At the Parish Council meeting on Monday (July 24th) much public concern was raised about the conduct of groups of young people on the Playing Field — see yesterday's two articles.

Suggestions were raised about making changes in the field that might help control this behaviour. They were;

  • Fencing off the area behind the Scout/Guide hut to deny access to young people
  • Planting trees/bushes on the bottom left hand corner to push loud/swearing/music playing groups away from nearby gardens
  • Locking the gates in the evening to prevent cars congregating for criminal/anti-social activities

Despite these changes sounding quite reasonable, they are NOT possible for the following reasons;

The Parish Council acquired the playing Field in 1929 from the Tarvin Horticultural Society. It was inaugurated as the King George V Playing Field in 1940 as part of a national movement to commemorate the reign of the King who died in 1936. The change was managed by the National Playing Fields Association, now called Fields in Trust and was intended to give free access to land for sports and recreation for all. For 92 years the charity has worked hard to promote and improve facilities and to defend open space from development. It protects 2608 open public spaces of which 471 are formally designated King George V Playing Fields.

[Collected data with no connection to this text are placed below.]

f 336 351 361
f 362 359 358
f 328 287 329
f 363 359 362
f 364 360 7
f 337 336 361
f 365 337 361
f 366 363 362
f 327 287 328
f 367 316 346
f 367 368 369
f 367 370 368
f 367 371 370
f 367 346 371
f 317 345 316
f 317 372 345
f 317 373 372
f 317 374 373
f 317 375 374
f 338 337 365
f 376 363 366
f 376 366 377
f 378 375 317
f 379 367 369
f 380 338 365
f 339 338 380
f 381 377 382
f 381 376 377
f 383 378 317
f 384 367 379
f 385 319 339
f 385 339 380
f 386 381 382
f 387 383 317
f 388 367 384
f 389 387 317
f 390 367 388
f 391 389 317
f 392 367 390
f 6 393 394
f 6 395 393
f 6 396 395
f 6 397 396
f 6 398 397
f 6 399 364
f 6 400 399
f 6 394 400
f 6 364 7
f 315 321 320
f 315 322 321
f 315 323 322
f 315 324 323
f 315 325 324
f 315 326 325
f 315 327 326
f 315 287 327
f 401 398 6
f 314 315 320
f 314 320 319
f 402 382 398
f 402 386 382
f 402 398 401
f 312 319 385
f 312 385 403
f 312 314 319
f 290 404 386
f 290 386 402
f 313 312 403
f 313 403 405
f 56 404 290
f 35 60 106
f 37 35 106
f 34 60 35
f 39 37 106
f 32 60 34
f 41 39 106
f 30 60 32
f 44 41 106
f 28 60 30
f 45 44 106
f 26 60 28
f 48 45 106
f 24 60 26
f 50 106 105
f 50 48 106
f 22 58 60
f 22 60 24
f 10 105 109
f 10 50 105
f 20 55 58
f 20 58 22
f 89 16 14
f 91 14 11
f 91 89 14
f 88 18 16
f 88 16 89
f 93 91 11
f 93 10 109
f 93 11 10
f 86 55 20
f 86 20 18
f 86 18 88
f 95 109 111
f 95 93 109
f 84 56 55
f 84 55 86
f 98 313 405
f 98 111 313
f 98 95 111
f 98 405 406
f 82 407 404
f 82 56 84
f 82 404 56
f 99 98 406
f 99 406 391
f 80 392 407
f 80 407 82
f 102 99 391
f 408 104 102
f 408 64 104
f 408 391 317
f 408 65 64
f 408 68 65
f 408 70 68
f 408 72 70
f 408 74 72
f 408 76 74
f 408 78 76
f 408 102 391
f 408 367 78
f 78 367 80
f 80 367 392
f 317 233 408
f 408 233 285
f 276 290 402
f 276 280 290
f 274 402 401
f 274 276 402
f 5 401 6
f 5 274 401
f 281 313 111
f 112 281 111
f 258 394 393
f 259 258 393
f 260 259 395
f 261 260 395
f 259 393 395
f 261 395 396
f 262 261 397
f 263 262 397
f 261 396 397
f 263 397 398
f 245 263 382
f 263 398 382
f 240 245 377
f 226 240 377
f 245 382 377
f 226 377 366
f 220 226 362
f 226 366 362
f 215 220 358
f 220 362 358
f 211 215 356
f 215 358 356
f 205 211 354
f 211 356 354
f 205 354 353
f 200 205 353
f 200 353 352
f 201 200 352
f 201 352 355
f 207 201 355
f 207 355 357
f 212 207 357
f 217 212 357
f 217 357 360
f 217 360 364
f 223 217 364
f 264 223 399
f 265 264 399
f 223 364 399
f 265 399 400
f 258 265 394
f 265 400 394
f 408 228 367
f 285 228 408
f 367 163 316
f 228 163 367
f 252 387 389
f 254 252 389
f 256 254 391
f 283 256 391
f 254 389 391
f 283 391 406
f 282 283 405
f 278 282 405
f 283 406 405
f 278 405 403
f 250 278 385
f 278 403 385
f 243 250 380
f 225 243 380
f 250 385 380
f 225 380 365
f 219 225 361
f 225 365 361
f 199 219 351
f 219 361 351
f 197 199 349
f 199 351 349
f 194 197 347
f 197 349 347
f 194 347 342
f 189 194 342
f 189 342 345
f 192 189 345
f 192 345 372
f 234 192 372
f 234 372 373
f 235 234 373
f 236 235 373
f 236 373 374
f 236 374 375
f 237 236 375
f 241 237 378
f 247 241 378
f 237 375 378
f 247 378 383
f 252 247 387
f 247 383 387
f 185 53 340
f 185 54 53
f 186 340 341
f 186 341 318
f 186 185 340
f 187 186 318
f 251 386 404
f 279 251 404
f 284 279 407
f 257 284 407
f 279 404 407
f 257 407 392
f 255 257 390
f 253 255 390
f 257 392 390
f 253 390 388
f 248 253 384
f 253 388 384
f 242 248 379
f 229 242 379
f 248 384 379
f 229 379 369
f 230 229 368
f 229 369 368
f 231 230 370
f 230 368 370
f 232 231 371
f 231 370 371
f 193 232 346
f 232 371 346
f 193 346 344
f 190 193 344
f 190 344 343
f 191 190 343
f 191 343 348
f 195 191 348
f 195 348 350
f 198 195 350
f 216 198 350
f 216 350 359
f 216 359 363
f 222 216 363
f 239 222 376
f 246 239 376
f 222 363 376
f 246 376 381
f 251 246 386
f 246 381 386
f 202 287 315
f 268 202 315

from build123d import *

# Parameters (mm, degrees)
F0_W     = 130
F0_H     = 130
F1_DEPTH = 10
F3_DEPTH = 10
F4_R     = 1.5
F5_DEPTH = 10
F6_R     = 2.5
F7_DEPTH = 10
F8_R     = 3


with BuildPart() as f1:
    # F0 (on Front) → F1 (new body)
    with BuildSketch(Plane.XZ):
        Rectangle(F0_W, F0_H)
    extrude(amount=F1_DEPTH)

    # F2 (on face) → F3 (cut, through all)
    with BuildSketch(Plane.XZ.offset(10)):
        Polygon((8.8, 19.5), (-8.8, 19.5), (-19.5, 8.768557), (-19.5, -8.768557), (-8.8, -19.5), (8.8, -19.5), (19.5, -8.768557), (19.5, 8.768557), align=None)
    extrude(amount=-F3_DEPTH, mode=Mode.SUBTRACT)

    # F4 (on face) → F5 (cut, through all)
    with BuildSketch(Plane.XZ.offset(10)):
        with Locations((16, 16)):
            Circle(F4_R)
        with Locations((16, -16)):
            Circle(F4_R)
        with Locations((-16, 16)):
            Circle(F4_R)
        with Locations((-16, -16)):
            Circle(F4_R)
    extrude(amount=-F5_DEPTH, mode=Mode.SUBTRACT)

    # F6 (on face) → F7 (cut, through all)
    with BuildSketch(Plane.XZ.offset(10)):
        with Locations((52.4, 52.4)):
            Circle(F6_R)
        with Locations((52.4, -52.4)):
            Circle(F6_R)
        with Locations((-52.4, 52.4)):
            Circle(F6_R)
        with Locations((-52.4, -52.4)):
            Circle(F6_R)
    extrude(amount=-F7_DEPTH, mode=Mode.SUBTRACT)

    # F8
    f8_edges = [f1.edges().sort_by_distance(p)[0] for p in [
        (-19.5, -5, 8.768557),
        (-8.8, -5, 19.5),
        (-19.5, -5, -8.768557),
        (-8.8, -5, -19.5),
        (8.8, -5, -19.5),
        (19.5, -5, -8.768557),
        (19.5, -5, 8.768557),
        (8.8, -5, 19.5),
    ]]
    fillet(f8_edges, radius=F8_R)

Fields in Trust is a charity and as such must follow the guidelines and rules as laid down in its initial founding document. These state that the land must remain free and open for recreation, and the total area protected must remain unchanged. The King George V Playing Field in Tarvin is itself a Registered Charity, the Trustee is the Parish Council, and it is covered by the same legislation as Fields in Trust. The legislation and guidelines have been questioned a number of times in the past by the Parish Council with their solicitors as new Charity Law has been introduced and the answer has always been the same — no changes to the layout and uses are permitted.

It was suggested at the Parish Council meeting that this advice be ignored and that the changes suggested should be quietly installed — who would know and who would tell? The Parish Clerk replied firmly and with conviction — he would tell. The Parish Council is not an ad hoc body of residents but an elected level of government and as such acts within a set of precise legal rules and a defined code of conduct. As Trustee of the Playing Field, the Parish Council is legally obliged to act according to the rules of the Trust they are there to serve. Breaking those laws could lead to the dismissal of the Council and the Clerk, and would certainly lead to any changes being reversed.
Many Parish Councils have tried to deal with poor behaviour on their playing fields by locking gates in the evening — though this might only affect cars, not people. However, in Tarvin the Tennis Club, the Bowling Club, and Scout and Guide Movement have long standing leases giving them access to their facilities up to 10.00pm. The Parish Council would be very unwilling to restrict the access to these excellent clubs that provide pleasure for so many people. Changing the leases to impose this restriction would be both lengthy and costly.

Given these restrictions on such changes the Parish Council will concentrate on talking to the police for more patrols, for talking to schools and parents about acceptable behaviour and investigating the possibility of putting CCTV on the Field.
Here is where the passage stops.